-- ACTION ITEM --
Please report every line in the material below where the word "CIRCLE" is found.

-- MATERIAL SUPPLIED --
___
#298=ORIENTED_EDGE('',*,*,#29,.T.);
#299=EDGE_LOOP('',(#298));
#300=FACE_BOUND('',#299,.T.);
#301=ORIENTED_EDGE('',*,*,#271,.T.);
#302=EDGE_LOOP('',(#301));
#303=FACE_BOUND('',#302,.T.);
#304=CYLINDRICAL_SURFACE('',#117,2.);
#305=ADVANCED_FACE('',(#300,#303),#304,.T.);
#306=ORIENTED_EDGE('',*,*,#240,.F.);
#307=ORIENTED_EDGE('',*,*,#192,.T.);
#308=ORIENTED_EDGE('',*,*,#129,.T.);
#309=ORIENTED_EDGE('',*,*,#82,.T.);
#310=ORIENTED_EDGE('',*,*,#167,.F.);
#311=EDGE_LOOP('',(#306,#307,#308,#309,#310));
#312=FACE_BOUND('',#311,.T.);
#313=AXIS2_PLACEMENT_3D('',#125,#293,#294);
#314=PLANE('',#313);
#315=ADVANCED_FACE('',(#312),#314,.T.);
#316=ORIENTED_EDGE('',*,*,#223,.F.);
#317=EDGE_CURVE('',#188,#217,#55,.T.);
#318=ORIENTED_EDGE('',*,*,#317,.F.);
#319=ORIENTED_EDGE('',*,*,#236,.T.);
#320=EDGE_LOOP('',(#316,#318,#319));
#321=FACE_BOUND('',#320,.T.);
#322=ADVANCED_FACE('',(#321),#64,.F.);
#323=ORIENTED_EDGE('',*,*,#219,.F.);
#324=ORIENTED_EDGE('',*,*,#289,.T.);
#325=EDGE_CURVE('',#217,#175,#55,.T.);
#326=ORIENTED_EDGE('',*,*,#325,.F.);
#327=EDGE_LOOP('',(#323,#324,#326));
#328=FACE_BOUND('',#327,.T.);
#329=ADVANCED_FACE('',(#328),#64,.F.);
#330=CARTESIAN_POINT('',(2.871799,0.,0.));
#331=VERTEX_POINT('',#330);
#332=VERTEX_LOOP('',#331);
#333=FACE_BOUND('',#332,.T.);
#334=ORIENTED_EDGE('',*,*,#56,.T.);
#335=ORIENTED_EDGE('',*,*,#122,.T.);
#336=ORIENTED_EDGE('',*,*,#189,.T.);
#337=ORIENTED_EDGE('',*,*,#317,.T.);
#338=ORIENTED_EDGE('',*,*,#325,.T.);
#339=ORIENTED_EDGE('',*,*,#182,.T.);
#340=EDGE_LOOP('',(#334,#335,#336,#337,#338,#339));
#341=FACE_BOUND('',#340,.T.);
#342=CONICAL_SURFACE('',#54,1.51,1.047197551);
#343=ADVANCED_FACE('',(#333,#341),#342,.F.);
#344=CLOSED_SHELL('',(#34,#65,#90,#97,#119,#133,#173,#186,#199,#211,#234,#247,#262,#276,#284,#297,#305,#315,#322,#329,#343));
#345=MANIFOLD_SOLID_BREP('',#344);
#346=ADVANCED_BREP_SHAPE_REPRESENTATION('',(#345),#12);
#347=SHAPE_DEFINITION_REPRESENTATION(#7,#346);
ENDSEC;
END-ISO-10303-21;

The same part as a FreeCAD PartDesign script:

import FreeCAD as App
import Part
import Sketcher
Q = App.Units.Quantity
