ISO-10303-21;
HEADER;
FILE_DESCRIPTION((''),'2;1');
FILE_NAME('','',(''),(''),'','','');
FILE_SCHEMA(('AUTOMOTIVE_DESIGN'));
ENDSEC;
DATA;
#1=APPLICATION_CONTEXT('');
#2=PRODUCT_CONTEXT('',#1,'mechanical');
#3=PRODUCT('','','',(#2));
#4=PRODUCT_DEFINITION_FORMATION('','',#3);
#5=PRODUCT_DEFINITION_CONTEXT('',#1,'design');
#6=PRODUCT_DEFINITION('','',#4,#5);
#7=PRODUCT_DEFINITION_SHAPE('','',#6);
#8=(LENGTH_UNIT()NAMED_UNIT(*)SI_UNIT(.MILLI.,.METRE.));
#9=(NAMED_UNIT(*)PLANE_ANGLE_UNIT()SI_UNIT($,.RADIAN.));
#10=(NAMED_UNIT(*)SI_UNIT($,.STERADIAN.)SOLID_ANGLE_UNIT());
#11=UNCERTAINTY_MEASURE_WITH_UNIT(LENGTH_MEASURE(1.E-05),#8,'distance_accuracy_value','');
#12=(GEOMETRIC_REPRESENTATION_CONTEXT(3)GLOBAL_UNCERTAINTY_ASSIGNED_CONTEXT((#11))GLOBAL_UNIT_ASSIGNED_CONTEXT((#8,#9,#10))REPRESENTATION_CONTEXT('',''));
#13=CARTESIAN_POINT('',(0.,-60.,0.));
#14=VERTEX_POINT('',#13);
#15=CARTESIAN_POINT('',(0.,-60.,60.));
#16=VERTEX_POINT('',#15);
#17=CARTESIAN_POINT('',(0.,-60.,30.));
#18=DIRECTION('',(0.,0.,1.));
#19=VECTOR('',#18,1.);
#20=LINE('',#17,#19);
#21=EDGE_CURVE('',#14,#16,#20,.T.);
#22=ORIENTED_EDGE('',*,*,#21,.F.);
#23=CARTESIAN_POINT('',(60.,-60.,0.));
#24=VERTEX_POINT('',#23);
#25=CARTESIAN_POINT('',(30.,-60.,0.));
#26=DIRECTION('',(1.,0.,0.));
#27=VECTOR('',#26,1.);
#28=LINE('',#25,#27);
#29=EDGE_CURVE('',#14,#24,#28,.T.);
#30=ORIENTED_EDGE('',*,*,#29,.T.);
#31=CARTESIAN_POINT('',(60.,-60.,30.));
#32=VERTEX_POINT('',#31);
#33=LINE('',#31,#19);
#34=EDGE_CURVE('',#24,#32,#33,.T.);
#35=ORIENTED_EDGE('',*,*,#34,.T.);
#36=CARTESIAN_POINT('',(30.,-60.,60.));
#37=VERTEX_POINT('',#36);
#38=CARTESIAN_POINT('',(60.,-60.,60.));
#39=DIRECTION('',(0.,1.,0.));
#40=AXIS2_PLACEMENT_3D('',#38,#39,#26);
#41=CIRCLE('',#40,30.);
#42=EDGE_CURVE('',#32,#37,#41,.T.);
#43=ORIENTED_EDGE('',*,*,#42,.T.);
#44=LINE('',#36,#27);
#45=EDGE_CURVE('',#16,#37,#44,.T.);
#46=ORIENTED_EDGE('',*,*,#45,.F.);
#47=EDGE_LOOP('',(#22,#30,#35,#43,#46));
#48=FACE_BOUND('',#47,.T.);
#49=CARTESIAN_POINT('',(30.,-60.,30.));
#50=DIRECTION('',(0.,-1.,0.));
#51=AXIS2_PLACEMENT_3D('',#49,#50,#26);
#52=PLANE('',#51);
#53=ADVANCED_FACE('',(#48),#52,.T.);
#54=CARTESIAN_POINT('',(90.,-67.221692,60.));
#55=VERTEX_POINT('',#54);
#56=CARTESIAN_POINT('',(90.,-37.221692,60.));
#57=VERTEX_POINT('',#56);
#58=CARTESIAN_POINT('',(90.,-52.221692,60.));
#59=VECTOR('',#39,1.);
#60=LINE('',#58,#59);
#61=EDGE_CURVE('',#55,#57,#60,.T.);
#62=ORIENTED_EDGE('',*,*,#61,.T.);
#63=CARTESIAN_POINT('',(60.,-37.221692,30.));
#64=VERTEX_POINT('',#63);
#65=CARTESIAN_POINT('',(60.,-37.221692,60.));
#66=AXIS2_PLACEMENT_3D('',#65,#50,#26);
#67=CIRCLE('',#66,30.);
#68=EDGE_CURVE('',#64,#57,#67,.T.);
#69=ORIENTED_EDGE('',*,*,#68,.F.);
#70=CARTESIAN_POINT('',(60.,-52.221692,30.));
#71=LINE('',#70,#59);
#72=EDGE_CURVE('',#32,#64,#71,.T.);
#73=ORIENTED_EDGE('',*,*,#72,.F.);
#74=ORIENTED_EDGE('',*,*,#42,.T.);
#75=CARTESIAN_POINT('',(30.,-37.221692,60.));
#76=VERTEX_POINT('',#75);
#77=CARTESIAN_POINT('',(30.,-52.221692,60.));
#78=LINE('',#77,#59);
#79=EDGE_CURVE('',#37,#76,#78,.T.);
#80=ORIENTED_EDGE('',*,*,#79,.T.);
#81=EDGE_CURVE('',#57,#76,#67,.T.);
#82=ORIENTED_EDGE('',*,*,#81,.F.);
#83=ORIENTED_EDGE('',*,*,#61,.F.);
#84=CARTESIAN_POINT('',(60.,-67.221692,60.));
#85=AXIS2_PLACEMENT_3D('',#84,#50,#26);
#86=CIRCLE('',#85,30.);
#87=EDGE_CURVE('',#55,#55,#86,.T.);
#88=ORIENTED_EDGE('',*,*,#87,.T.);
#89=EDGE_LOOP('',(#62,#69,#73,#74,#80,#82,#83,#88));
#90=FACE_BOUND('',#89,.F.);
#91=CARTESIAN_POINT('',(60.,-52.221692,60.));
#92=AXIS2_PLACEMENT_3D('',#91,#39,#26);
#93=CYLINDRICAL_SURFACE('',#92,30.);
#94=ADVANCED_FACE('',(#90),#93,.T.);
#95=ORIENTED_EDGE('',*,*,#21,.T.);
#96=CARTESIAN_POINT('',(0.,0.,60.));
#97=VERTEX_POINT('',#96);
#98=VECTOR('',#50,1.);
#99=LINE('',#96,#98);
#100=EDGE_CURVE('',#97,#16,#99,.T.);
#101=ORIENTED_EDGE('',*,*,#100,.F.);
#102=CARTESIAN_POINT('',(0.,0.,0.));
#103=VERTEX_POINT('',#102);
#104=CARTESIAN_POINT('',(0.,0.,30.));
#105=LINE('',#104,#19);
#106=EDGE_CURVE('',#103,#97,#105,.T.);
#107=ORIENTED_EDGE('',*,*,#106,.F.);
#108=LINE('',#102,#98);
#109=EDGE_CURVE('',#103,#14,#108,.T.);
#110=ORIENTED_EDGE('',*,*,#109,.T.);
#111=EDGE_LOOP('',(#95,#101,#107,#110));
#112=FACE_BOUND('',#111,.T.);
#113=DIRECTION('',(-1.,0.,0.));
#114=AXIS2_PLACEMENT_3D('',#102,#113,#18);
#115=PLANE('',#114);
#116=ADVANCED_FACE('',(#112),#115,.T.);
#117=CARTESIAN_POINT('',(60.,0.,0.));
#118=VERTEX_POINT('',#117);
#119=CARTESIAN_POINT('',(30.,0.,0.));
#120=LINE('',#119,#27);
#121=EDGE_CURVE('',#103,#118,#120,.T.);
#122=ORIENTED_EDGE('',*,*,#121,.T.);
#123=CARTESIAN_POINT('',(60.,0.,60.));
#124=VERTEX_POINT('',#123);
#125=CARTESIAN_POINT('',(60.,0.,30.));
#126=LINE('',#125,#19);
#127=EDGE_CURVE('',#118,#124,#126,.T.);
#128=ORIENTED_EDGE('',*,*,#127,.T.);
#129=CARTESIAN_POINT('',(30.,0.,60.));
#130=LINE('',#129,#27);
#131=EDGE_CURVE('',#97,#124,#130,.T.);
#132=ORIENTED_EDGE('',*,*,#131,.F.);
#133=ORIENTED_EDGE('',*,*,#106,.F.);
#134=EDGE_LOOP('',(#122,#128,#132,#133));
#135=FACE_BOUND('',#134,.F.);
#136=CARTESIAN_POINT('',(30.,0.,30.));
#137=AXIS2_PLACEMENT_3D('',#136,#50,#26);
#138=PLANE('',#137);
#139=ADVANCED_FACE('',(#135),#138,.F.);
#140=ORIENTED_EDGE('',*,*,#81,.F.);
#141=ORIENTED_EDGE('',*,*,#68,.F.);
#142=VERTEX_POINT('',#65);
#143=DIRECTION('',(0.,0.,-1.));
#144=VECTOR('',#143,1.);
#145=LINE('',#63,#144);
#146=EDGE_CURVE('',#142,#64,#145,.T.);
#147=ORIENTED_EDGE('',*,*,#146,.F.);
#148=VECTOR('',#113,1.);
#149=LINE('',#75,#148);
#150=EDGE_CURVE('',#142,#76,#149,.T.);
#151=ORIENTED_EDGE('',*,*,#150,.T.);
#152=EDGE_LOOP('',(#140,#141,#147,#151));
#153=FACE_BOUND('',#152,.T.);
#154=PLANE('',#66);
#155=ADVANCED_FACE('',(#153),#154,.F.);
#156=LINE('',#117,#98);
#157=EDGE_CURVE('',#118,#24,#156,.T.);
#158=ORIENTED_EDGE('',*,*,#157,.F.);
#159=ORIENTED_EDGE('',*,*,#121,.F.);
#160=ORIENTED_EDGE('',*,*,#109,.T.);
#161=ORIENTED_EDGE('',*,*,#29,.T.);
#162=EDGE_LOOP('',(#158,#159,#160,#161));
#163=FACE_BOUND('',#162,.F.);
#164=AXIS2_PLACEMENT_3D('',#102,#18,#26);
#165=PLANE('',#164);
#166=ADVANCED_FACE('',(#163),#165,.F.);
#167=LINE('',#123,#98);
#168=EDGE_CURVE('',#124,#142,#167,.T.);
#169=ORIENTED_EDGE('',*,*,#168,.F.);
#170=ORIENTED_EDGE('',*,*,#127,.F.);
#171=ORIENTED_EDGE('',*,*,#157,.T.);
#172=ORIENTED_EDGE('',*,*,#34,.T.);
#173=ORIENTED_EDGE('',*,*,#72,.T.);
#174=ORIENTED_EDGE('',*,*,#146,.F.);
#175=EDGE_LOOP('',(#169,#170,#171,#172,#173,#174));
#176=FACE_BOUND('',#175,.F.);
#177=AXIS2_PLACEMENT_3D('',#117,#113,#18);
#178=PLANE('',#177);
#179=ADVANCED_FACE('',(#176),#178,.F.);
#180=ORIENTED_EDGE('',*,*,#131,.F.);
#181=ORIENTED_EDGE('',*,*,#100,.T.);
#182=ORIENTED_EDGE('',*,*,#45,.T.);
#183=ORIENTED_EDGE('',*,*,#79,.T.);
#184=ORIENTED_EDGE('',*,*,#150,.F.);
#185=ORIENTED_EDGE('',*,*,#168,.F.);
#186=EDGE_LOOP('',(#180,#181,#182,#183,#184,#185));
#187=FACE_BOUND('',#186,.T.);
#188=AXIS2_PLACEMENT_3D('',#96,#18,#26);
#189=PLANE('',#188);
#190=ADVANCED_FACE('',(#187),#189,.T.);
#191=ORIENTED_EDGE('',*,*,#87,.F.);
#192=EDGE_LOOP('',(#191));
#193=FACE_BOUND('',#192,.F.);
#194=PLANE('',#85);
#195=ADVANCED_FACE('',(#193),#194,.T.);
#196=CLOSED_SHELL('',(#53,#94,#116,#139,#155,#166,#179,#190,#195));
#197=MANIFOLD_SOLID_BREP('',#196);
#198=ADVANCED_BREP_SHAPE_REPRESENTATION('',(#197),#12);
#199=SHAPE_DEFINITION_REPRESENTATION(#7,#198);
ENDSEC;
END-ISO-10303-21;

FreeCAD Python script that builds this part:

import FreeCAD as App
import Part
import Sketcher
from FreeCAD import Vector


def add_polygon(sketch, points):
    """Adds a closed chain of lines whose ends are joined by coincident constraints."""
    first, n = sketch.GeometryCount, len(points)
    for a, b in zip(points, points[1:] + points[:1]):
        sketch.addGeometry(Part.LineSegment(App.Vector(*a, 0), App.Vector(*b, 0)), False)
    for i in range(n):
        sketch.addConstraint(Sketcher.Constraint("Coincident", first + i, 2, first + (i + 1) % n, 1))

doc = App.newDocument("Part")
params = doc.addObject("Spreadsheet::Sheet", "Params")
for row, (alias, value) in enumerate([
    ("sketch1_width", "60 mm"),
    ("pad1_length", "60 mm"),
    ("sketch2_width", "30 mm"),
    ("revolution_angle", "360 deg"),
], start=1):
    params.set(f"A{row}", alias)
    params.set(f"B{row}", "=" + value)
    params.setAlias(f"B{row}", alias)

body = doc.addObject("PartDesign::Body", "Body")

sketch1 = doc.addObject("Sketcher::SketchObject", "Sketch")
body.addObject(sketch1)
sketch1.AttachmentSupport = (doc.XZ_Plane, [""])
sketch1.MapMode = "FlatFace"
add_polygon(sketch1, [(0, 60), (0, 0), (60, 0), (60, 60)])
sketch1.addConstraint(Sketcher.Constraint("Vertical", 0))
sketch1.addConstraint(Sketcher.Constraint("Horizontal", 1))
sketch1.addConstraint(Sketcher.Constraint("Vertical", 2))
sketch1.addConstraint(Sketcher.Constraint("Horizontal", 3))
sketch1.addConstraint(Sketcher.Constraint("Coincident", 0, 2, -1, 1))
sketch1.addConstraint(Sketcher.Constraint("Equal", 3, 0))
sketch1.addConstraint(Sketcher.Constraint("DistanceX", 1, 1, 1, 2, 60.0))
sketch1.setExpression("Constraints[10]", "Params.sketch1_width")
pad1 = doc.addObject("PartDesign::Pad", "Pad")
body.addObject(pad1)
pad1.Profile = sketch1
pad1.setExpression("Length", "Params.pad1_length")

sketch2 = doc.addObject("Sketcher::SketchObject", "Sketch001")
body.addObject(sketch2)
sketch2.AttachmentSupport = (doc.XY_Plane, [""])
sketch2.MapMode = "FlatFace"
sketch2.AttachmentOffset = App.Placement(Vector(0, 0, 60), App.Rotation())
add_polygon(sketch2, [(60, -37.221692), (60, -67.221692), (90, -67.221692), (90, -37.221692)])
sketch2.addGeometry(Part.LineSegment(Vector(60, -37.221692, 0), Vector(60, -67.221692, 0)), True)
sketch2.addConstraint(Sketcher.Constraint("Vertical", 0))
sketch2.addConstraint(Sketcher.Constraint("Horizontal", 1))
sketch2.addConstraint(Sketcher.Constraint("Vertical", 2))
sketch2.addConstraint(Sketcher.Constraint("Horizontal", 3))
sketch2.addConstraint(Sketcher.Constraint("Vertical", 4))
sketch2.addConstraint(Sketcher.Constraint("Coincident", 4, 1, 3, 2))
sketch2.addConstraint(Sketcher.Constraint("Horizontal", 1, 2, 4, 2))
sketch2.addConstraint(Sketcher.Constraint("Equal", 3, 0))
sketch2.addConstraint(Sketcher.Constraint("DistanceX", 1, 1, 1, 2, 30.0))
sketch2.addConstraint(Sketcher.Constraint("DistanceX", -1, 1, 0, 2, 60.0))
sketch2.addConstraint(Sketcher.Constraint("DistanceY", 2, 2, -1, 1, 37.221692))
sketch2.setExpression("Constraints[12]", "Params.sketch2_width")
revolution = doc.addObject("PartDesign::Revolution", "Revolution")
body.addObject(revolution)
revolution.Profile = sketch2
revolution.ReferenceAxis = (sketch2, ["Axis0"])
revolution.setExpression("Angle", "Params.revolution_angle")

doc.recompute()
___
-- TASK OUTPUT --
#41=CIRCLE('',#40,30.);
#67=CIRCLE('',#66,30.);
#86=CIRCLE('',#85,30.);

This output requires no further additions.